=== What the task requires ===
Below are lines of data, and only some are wanted. Please repeat exactly those from the line that has "v 34.75 -22 18" through the line that has "v -51.5 -15.5 18".

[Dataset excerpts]
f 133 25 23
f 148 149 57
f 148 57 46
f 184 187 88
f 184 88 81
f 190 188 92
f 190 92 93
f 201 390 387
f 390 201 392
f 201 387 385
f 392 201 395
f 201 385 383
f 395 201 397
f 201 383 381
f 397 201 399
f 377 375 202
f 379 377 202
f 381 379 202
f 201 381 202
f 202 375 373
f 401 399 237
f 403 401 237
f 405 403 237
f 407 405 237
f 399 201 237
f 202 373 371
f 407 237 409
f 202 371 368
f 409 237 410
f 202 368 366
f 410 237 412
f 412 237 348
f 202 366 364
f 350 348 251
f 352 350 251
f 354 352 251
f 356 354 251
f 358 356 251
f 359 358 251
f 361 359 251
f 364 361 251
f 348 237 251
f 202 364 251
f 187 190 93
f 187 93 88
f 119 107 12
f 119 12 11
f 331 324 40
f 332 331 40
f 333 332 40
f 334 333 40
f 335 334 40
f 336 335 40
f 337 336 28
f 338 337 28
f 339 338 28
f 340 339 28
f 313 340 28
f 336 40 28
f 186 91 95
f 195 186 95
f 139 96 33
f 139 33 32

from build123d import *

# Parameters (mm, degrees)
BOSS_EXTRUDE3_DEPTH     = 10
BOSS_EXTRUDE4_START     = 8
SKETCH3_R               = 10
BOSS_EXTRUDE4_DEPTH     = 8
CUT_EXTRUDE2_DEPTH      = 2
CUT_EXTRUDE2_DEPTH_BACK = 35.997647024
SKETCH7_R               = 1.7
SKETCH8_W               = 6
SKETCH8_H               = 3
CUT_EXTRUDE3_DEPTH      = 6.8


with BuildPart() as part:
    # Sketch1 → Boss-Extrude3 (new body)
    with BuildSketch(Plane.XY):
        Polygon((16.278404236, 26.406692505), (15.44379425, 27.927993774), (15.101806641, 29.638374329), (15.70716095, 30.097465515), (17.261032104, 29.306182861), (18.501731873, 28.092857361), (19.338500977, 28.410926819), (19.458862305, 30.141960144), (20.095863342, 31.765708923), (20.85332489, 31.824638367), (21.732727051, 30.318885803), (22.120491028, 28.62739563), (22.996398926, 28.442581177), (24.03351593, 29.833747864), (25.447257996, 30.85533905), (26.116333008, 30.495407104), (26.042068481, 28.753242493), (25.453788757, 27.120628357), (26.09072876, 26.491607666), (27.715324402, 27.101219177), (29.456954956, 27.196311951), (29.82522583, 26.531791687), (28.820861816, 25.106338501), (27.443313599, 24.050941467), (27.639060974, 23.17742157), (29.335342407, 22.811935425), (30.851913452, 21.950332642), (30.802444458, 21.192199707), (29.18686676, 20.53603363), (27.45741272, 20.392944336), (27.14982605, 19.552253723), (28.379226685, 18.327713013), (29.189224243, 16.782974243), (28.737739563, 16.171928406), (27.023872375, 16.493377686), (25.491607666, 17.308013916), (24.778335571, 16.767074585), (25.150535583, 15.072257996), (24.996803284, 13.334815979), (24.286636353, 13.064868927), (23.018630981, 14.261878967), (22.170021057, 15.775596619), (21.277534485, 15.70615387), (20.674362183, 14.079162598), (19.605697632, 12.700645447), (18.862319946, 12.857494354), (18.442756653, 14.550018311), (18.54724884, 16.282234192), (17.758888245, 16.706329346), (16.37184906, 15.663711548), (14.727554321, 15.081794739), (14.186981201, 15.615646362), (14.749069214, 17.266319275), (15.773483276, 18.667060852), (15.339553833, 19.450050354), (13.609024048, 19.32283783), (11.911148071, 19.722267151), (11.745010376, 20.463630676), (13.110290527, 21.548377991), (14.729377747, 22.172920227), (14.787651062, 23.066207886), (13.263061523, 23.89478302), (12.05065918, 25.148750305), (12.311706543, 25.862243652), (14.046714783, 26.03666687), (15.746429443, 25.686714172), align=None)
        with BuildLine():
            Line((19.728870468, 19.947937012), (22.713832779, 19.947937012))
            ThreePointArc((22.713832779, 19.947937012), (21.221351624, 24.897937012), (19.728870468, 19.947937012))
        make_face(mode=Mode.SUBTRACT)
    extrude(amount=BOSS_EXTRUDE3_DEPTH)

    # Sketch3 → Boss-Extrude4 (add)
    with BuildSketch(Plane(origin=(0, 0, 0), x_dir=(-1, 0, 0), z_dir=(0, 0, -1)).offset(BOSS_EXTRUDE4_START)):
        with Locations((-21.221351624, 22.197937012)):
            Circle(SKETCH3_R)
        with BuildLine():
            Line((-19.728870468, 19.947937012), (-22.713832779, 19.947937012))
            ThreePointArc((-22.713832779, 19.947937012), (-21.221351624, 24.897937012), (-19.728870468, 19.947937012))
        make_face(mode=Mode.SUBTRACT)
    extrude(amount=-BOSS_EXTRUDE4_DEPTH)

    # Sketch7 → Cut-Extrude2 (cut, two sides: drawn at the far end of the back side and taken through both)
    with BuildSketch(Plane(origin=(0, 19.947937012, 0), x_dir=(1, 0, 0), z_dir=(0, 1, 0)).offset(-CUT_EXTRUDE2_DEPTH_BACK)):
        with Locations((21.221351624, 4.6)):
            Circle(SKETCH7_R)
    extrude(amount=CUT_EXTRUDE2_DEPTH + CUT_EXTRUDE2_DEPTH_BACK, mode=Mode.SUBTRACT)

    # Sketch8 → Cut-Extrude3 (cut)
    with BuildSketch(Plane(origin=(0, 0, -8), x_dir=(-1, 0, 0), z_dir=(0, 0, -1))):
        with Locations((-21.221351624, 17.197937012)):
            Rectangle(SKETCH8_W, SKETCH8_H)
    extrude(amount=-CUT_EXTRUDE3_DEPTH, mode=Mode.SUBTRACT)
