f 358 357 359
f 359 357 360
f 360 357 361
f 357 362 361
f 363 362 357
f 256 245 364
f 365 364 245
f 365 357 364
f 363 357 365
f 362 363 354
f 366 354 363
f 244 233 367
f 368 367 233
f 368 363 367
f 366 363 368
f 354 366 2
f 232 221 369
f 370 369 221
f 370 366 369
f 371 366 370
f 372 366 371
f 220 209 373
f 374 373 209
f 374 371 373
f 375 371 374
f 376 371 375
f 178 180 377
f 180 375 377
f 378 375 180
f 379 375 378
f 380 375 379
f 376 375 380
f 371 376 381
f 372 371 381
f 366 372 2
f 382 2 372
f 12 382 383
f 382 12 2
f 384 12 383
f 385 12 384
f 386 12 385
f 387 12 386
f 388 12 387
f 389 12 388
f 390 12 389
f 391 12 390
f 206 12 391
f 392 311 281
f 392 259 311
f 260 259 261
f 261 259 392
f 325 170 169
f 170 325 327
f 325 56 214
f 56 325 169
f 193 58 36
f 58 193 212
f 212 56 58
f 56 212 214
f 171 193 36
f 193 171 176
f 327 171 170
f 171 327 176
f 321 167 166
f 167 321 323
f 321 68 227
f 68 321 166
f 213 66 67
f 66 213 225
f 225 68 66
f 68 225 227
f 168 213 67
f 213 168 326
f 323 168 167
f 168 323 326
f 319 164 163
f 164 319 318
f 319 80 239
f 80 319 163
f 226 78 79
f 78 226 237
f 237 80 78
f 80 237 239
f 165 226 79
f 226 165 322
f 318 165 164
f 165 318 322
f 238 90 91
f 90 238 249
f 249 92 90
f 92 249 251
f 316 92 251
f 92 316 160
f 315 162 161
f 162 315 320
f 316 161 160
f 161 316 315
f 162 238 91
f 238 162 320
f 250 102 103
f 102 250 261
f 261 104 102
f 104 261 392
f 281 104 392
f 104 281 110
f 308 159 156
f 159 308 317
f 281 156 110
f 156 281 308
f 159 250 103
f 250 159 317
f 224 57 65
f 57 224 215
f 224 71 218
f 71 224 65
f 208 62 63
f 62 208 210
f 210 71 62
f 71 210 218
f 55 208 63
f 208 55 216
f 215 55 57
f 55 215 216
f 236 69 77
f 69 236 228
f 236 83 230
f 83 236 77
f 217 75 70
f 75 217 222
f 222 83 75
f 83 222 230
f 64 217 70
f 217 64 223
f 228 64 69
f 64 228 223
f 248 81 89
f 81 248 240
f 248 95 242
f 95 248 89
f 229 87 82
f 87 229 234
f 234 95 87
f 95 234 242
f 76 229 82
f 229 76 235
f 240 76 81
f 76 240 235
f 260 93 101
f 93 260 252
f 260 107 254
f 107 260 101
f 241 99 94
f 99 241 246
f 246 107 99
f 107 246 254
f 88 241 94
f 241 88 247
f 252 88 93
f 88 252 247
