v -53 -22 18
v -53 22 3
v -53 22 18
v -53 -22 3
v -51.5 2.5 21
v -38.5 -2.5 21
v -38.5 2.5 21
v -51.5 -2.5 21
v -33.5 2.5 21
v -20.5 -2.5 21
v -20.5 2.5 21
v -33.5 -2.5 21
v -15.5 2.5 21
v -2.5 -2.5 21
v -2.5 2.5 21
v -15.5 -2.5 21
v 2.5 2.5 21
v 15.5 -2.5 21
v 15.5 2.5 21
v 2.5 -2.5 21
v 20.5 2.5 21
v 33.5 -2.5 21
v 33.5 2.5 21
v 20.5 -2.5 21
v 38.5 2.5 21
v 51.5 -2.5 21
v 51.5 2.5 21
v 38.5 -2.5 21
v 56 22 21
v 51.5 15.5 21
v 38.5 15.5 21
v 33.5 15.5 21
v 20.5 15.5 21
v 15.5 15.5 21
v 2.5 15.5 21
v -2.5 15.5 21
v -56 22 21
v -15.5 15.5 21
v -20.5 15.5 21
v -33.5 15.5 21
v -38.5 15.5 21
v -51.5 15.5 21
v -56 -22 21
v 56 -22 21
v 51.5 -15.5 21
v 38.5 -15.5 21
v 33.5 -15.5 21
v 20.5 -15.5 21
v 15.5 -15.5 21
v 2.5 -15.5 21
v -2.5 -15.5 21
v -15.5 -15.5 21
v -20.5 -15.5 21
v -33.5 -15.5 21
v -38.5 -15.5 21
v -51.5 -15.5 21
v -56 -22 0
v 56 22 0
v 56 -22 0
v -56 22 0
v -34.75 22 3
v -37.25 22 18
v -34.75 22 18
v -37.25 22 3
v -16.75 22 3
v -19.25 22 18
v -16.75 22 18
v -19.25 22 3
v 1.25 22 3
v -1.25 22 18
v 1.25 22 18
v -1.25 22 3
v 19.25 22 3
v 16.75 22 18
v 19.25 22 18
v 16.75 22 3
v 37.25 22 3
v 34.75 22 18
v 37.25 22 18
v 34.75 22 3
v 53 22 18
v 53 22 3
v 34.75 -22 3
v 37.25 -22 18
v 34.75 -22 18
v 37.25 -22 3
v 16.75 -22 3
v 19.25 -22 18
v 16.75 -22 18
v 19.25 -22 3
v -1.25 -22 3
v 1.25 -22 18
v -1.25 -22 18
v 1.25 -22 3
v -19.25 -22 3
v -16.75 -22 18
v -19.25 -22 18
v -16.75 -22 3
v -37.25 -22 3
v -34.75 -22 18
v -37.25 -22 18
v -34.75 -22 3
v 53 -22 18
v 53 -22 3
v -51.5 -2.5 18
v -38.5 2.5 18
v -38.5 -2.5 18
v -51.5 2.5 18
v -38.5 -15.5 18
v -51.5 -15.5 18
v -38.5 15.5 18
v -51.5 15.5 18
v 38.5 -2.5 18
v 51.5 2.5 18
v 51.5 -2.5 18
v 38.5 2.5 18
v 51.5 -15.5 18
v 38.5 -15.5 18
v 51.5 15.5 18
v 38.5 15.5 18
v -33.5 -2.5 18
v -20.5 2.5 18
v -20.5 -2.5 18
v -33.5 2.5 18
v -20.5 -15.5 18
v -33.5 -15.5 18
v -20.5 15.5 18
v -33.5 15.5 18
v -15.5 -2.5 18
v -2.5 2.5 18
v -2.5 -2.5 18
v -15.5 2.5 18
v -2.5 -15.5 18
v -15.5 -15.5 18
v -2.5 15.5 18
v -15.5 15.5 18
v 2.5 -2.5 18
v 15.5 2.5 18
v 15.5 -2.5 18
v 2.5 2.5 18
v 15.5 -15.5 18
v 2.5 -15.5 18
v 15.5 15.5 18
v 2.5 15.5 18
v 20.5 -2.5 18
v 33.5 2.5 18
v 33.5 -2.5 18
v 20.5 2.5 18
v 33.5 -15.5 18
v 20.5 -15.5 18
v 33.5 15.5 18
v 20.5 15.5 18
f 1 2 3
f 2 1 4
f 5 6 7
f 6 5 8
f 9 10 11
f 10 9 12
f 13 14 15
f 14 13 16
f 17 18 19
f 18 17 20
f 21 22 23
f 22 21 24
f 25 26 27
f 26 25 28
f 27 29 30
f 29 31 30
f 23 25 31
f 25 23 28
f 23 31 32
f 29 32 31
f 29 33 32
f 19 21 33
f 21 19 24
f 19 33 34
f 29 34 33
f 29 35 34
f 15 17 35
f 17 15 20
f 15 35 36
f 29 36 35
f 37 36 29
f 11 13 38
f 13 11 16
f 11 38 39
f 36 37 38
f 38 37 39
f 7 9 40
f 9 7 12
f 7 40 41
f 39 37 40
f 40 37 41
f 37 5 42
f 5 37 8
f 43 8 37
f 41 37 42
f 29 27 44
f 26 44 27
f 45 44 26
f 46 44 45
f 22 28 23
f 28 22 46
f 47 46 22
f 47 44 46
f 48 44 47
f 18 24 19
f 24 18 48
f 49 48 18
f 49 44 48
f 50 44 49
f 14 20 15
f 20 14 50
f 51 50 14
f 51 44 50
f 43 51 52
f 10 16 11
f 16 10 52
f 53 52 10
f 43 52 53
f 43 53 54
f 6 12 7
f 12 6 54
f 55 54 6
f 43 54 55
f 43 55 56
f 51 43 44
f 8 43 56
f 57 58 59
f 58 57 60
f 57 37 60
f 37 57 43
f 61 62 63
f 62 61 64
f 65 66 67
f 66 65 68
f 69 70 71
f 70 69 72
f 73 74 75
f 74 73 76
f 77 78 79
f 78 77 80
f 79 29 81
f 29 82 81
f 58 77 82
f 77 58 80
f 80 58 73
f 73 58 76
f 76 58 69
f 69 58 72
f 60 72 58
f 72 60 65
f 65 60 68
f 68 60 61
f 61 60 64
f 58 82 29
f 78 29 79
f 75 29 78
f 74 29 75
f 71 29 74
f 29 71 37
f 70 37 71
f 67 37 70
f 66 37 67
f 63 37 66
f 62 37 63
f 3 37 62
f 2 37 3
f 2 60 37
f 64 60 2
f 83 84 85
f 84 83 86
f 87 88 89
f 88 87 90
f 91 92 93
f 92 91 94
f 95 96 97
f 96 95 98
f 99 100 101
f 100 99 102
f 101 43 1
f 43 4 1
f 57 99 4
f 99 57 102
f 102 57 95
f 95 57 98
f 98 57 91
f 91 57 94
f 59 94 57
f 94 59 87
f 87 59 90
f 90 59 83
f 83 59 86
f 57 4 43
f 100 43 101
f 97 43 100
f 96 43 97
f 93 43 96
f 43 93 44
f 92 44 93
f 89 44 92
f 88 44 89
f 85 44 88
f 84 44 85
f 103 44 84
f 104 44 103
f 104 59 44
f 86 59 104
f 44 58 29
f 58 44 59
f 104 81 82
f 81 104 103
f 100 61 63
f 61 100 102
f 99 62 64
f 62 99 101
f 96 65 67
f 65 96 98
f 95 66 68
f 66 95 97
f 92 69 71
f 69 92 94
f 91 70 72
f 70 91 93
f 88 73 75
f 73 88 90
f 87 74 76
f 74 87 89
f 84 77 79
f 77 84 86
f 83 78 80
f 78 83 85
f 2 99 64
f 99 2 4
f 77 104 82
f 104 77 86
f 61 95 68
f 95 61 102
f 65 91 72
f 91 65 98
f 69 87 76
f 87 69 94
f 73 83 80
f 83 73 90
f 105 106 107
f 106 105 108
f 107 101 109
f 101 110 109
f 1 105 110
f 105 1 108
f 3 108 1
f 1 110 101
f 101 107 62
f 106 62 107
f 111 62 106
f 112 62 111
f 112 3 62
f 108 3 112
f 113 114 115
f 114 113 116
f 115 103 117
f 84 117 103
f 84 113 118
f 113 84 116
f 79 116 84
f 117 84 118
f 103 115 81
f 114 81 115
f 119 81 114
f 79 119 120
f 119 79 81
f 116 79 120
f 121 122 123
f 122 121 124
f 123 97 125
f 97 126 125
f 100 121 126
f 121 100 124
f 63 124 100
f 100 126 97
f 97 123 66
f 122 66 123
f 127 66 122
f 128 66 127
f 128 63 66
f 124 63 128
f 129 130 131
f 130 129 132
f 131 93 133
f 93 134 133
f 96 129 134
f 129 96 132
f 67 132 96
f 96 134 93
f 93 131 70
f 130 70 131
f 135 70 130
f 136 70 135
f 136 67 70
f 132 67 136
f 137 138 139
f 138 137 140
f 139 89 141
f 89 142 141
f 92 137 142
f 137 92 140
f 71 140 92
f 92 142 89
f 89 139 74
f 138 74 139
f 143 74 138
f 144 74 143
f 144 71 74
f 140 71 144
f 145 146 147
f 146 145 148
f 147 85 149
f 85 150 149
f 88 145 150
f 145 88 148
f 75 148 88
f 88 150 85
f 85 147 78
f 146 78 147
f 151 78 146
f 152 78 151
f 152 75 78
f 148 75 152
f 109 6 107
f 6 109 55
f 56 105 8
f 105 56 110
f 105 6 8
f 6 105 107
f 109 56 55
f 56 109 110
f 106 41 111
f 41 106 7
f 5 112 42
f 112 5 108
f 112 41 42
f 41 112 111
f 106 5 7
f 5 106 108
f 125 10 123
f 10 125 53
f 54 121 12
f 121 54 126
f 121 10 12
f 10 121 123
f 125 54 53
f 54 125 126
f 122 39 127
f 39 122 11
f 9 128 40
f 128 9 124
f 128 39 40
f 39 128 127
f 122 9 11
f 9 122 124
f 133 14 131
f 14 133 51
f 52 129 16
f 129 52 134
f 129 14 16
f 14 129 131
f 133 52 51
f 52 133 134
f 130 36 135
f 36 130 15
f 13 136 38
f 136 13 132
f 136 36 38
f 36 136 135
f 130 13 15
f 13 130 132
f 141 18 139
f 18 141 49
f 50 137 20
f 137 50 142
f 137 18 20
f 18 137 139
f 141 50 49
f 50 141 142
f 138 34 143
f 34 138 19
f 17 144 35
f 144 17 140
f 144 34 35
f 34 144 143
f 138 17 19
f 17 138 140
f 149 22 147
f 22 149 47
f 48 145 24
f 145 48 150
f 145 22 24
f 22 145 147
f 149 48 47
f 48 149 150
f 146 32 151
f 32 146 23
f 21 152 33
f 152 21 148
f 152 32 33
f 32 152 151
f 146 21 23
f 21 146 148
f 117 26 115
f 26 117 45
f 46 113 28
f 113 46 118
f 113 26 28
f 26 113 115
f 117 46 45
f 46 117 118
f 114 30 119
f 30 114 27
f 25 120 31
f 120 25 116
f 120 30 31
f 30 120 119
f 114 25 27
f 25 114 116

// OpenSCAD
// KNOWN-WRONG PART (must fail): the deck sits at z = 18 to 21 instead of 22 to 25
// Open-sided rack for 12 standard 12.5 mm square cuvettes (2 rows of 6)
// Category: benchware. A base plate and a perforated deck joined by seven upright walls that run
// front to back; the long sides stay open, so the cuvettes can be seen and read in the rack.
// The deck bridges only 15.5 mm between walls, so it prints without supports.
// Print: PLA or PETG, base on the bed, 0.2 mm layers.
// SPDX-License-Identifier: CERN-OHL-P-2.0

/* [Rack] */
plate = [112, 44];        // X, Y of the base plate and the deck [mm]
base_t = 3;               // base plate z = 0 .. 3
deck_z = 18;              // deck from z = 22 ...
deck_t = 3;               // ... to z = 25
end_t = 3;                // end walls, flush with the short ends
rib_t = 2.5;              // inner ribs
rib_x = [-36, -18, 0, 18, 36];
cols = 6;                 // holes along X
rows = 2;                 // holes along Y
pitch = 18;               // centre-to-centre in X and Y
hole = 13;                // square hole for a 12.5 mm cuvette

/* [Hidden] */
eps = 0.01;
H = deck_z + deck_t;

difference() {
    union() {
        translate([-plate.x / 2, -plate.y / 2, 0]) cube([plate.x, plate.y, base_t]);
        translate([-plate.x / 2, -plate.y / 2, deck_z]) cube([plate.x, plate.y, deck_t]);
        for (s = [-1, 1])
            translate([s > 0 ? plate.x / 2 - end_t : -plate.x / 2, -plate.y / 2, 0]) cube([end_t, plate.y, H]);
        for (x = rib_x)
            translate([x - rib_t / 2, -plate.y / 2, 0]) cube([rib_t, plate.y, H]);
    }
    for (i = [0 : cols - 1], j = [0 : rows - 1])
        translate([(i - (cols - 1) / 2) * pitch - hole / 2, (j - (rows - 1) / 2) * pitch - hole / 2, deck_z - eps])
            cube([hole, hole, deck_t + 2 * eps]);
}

=== Response ===
v 34.75 -22 18
v 37.25 -22 3
v 16.75 -22 3
v 19.25 -22 18
v 16.75 -22 18
v 19.25 -22 3
v -1.25 -22 3
v 1.25 -22 18
v -1.25 -22 18
v 1.25 -22 3
v -19.25 -22 3
v -16.75 -22 18
v -19.25 -22 18
v -16.75 -22 3
v -37.25 -22 3
v -34.75 -22 18
v -37.25 -22 18
v -34.75 -22 3
v 53 -22 18
v 53 -22 3
v -51.5 -2.5 18
v -38.5 2.5 18
v -38.5 -2.5 18
v -51.5 2.5 18
v -38.5 -15.5 18
v -51.5 -15.5 18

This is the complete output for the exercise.